Ecclesiastical head temple of Kōyasan Shingon Buddhism

Kongōbu-ji (金剛峯寺) is the ecclesiastic head temple of Kōyasan Shingon Buddhism, located on Mount Kōya (高野山, Kōya-san), Wakayama Prefecture, Japan. Its name means Vajra Peak Temple. It is part of the "Sacred Sites and Pilgrimage Routes in the Kii Mountain Range" UNESCO World Heritage Site.

The temple was first constructed as Seigan-ji Temple in 1593 by Toyotomi Hideyoshi on the death of his mother, rebuilt in 1861, and given its present name in 1869. It contains many sliding screen doors painted by Kanō Tanyū (1602-1674) and members of the Kyoto Kanō school.

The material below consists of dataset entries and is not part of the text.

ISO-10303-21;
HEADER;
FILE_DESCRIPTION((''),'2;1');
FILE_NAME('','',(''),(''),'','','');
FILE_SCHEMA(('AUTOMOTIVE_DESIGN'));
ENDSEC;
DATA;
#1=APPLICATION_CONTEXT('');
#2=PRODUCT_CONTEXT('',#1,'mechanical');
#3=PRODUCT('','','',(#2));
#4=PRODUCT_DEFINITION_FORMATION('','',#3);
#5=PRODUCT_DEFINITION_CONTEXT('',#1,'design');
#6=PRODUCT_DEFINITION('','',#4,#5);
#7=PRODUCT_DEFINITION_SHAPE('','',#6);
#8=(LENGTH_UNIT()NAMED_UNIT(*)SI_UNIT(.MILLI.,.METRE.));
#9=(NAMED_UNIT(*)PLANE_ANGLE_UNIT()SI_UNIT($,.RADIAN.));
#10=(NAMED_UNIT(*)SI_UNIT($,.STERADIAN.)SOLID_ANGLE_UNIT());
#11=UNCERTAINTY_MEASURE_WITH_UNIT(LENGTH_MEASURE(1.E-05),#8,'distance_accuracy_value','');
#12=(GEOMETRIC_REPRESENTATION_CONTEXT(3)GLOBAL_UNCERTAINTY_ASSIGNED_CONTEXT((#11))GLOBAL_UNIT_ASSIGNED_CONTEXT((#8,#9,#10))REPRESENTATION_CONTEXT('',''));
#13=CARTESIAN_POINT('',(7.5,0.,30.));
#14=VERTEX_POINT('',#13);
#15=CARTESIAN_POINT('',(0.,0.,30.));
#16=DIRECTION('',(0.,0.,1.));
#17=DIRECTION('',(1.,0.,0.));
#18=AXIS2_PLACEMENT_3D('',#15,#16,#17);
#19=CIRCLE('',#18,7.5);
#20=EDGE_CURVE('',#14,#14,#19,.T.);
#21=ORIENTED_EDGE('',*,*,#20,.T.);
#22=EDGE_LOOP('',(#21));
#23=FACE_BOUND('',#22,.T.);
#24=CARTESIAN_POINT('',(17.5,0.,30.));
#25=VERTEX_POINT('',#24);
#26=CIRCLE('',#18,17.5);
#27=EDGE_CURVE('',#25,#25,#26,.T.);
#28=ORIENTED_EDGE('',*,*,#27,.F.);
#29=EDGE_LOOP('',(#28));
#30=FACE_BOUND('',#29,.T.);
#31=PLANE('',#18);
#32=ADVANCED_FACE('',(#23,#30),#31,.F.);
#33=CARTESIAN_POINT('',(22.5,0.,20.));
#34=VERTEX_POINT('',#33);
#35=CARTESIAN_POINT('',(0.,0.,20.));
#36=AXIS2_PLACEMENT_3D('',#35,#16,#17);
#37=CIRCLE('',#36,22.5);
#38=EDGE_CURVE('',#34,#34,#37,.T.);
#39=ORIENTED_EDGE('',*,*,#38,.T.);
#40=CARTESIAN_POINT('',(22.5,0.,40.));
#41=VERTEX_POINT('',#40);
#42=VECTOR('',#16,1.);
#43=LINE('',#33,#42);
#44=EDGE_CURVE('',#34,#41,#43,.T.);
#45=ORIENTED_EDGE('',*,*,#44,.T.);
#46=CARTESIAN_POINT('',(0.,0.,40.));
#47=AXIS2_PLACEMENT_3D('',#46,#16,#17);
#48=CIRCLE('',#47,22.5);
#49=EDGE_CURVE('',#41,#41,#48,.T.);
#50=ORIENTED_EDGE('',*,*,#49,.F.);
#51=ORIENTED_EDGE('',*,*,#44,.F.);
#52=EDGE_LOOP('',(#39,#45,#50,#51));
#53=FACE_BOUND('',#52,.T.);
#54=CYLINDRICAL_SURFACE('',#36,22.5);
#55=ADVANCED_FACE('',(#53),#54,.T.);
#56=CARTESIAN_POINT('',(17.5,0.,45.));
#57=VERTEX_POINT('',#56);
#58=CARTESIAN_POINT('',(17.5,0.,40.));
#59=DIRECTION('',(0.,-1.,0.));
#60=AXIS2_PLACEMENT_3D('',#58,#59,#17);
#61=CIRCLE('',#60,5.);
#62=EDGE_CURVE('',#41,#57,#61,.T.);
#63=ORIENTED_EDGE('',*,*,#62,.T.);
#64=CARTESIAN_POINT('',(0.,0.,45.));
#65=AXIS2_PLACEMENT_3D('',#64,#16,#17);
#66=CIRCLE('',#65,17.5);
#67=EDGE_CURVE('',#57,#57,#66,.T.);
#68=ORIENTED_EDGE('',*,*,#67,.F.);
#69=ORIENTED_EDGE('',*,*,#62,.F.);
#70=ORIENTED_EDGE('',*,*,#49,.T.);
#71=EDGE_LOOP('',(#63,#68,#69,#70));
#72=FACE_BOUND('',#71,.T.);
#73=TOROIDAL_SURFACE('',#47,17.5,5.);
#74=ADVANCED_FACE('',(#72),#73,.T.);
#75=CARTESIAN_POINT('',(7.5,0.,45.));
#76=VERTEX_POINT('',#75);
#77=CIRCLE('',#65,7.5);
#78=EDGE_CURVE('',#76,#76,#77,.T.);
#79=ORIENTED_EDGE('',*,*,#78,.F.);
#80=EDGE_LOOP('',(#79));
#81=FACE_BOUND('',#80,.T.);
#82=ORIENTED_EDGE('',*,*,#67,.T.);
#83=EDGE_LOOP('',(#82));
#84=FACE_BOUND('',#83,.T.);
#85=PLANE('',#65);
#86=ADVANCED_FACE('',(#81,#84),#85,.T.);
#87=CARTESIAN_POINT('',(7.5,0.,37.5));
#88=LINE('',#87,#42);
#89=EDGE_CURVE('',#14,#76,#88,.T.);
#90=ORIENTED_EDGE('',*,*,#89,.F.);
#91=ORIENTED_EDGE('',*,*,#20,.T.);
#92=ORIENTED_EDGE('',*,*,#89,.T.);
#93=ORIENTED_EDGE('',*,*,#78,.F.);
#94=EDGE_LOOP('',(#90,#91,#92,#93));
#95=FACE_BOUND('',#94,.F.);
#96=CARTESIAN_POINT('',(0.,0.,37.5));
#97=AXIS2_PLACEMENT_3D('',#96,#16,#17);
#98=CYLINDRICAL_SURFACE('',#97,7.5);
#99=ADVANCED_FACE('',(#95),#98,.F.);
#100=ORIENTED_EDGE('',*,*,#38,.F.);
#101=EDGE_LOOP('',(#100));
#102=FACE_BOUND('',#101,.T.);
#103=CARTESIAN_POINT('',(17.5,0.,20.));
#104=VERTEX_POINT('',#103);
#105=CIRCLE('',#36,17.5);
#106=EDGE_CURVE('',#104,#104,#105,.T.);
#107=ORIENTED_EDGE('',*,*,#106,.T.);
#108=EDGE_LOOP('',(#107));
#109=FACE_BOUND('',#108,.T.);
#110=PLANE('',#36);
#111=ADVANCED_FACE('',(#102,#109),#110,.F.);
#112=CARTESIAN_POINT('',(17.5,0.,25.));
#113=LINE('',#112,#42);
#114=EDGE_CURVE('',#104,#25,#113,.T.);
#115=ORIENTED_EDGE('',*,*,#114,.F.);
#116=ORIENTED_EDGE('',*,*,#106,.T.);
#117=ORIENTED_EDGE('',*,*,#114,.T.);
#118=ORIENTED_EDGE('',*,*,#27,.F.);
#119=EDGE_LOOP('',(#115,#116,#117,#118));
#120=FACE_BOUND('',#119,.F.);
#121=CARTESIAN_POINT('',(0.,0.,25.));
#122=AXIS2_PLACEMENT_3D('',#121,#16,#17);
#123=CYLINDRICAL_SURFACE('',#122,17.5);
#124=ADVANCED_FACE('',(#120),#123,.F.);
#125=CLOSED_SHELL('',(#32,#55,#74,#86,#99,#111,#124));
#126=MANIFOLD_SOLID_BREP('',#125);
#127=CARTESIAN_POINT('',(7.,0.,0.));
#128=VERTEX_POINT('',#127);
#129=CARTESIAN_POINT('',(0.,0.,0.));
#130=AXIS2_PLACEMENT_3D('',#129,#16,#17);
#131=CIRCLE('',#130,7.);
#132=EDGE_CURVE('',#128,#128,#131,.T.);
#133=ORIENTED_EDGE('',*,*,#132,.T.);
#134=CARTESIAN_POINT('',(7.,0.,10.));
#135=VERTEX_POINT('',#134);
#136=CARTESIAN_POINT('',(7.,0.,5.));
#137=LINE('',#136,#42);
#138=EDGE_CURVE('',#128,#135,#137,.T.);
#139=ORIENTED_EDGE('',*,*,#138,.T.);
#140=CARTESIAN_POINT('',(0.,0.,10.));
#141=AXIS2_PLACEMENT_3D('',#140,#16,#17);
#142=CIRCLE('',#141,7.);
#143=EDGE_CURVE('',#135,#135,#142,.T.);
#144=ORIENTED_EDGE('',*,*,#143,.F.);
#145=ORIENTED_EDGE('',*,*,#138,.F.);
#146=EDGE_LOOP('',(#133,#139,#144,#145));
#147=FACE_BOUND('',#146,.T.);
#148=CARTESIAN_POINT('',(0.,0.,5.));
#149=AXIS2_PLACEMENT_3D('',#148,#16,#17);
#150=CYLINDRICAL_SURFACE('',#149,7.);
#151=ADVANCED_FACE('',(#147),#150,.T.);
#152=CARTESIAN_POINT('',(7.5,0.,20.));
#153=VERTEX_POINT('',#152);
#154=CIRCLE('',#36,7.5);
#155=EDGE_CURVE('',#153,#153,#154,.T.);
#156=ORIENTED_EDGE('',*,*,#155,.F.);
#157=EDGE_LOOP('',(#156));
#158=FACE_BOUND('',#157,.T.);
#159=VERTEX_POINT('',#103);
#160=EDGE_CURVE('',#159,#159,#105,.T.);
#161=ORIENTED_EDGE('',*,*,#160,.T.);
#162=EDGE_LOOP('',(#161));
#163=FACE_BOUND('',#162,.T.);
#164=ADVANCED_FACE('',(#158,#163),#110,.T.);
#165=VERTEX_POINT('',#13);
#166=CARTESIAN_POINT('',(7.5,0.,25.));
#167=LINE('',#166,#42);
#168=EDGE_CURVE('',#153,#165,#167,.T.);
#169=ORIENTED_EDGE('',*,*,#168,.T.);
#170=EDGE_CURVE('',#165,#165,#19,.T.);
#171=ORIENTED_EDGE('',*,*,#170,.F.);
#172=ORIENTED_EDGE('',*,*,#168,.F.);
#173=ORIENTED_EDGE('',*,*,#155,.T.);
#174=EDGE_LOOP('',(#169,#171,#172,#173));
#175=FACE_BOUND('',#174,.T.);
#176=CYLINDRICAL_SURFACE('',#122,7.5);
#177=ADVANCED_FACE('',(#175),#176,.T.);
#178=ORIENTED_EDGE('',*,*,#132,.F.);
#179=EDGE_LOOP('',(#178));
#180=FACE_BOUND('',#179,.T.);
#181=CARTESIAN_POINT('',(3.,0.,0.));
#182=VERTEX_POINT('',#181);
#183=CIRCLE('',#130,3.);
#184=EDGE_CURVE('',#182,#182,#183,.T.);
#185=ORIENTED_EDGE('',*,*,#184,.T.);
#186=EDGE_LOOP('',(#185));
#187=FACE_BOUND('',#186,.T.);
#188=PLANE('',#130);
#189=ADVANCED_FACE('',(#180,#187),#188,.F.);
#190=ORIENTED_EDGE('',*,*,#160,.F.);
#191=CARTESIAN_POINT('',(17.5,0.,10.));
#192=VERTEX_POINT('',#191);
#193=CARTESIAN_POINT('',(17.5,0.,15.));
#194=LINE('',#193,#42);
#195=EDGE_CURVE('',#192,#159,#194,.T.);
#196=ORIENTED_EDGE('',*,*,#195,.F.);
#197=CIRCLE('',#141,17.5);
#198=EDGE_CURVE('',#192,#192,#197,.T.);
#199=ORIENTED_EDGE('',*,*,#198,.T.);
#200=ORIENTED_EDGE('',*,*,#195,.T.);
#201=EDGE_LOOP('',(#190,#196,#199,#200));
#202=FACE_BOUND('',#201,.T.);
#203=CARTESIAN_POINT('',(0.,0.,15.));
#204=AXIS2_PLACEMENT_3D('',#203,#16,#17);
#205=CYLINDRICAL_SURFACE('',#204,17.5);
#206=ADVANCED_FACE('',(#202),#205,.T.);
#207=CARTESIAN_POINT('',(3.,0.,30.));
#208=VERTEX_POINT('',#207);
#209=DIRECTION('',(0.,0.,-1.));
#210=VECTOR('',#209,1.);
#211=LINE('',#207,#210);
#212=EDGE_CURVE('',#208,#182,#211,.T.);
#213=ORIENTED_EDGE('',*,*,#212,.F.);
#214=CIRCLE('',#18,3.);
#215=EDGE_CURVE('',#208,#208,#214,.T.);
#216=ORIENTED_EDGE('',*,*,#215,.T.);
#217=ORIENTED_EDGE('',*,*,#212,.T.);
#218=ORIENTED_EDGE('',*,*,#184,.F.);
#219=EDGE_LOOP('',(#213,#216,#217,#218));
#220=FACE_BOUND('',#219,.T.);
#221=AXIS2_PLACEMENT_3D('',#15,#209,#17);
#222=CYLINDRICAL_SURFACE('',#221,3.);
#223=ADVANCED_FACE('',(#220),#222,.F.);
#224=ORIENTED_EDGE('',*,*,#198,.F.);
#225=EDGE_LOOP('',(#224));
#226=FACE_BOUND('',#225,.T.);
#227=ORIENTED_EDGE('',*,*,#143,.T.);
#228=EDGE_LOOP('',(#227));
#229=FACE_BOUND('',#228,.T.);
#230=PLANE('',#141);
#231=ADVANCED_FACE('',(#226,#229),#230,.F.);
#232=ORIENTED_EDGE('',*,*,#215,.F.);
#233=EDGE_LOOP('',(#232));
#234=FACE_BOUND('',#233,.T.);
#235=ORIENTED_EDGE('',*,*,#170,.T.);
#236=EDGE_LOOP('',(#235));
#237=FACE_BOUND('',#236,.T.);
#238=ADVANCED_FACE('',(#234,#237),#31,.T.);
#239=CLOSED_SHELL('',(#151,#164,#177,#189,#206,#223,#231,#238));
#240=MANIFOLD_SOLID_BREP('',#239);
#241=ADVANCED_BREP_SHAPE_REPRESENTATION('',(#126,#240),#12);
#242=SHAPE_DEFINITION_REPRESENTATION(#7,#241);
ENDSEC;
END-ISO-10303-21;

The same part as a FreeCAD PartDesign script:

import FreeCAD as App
import Part
import Sketcher

V = App.Vector


def edges_at(feature, points):
    """Names of the edges that pass closest to the given points."""
    edges = feature.Shape.Edges
    near = lambda p: min(range(len(edges)), key=lambda i: edges[i].distToShape(Part.Vertex(*p))[0])
    return sorted({f"Edge{near(p) + 1}" for p in points})


def add_polygon(sketch, points):
    """Adds a closed chain of lines whose ends are joined by coincident constraints."""
    first, n = sketch.GeometryCount, len(points)
    for a, b in zip(points, points[1:] + points[:1]):
        sketch.addGeometry(Part.LineSegment(App.Vector(*a, 0), App.Vector(*b, 0)), False)
    for i in range(n):
        sketch.addConstraint(Sketcher.Constraint("Coincident", first + i, 2, first + (i + 1) % n, 1))

doc = App.newDocument("Part")
body = doc.addObject("PartDesign::Body", "Body")

sketch1 = body.newObject("Sketcher::SketchObject", "Sketch")
sketch1.AttachmentSupport = (doc.getObject("XZ_Plane"), [""])
sketch1.MapMode = "FlatFace"
add_polygon(sketch1, [(8, 45), (8, 30), (18, 30), (18, 20), (22, 20), (22, 45)])
sketch1.addConstraint(Sketcher.Constraint("Vertical", 0))
sketch1.addConstraint(Sketcher.Constraint("Horizontal", 1))
sketch1.addConstraint(Sketcher.Constraint("Vertical", 2))
sketch1.addConstraint(Sketcher.Constraint("Horizontal", 3))
sketch1.addConstraint(Sketcher.Constraint("Vertical", 4))
sketch1.addConstraint(Sketcher.Constraint("Horizontal", 5))
sketch1.addConstraint(Sketcher.Constraint("Equal", 5, 0))
sketch1.addConstraint(Sketcher.Constraint("Equal", 1, 2))
sketch1.addConstraint(Sketcher.Constraint("DistanceX", 1, 1, 1, 2, 10.0))
sketch1.addConstraint(Sketcher.Constraint("DistanceX", 3, 1, 3, 2, 5.0))
sketch1.addConstraint(Sketcher.Constraint("DistanceY", -1, 1, 0, 2, 30.0))
sketch1.addConstraint(Sketcher.Constraint("DistanceX", -1, 1, 0, 2, 7.5))
revolution = body.newObject("PartDesign::Revolution", "Revolution")
revolution.Profile = sketch1
revolution.ReferenceAxis = (sketch1, ["V_Axis"])
revolution.Angle = 360
doc.recompute()

fillet = body.newObject("PartDesign::Fillet", "Fillet")
fillet.Base = (revolution, edges_at(revolution, [(-22.5, 0, 45)]))
fillet.Radius = 5
body2 = doc.addObject("PartDesign::Body", "Body001")

sketch2 = body2.newObject("Sketcher::SketchObject", "Sketch001")
sketch2.AttachmentSupport = (doc.getObject("XZ_Plane001"), [""])
sketch2.MapMode = "FlatFace"
add_polygon(sketch2, [(17.5, 10), (17.5, 20), (7.5, 20), (7.5, 30), (3, 30), (3, 0), (7, 0), (7, 10)])
sketch2.addConstraint(Sketcher.Constraint("Vertical", 0))
sketch2.addConstraint(Sketcher.Constraint("Horizontal", 1))
sketch2.addConstraint(Sketcher.Constraint("Vertical", 2))
sketch2.addConstraint(Sketcher.Constraint("Horizontal", 3))
sketch2.addConstraint(Sketcher.Constraint("Vertical", 4))
sketch2.addConstraint(Sketcher.Constraint("Horizontal", 5))
sketch2.addConstraint(Sketcher.Constraint("Vertical", 6))
sketch2.addConstraint(Sketcher.Constraint("Horizontal", 7))
sketch2.addConstraint(Sketcher.Constraint("PointOnObject", 4, 2, -1))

The temple's modern Banryūtei (蟠龍庭 rock garden) is Japan's largest (2340 square meters), with 140 granite stones arranged to suggest a pair of dragons emerging from clouds to protect the temple.

The 414th abbot of Kongōbu-ji is the Reverend Kogi Kasai, who also acts as the archbishop of the Kōyasan Shingon school.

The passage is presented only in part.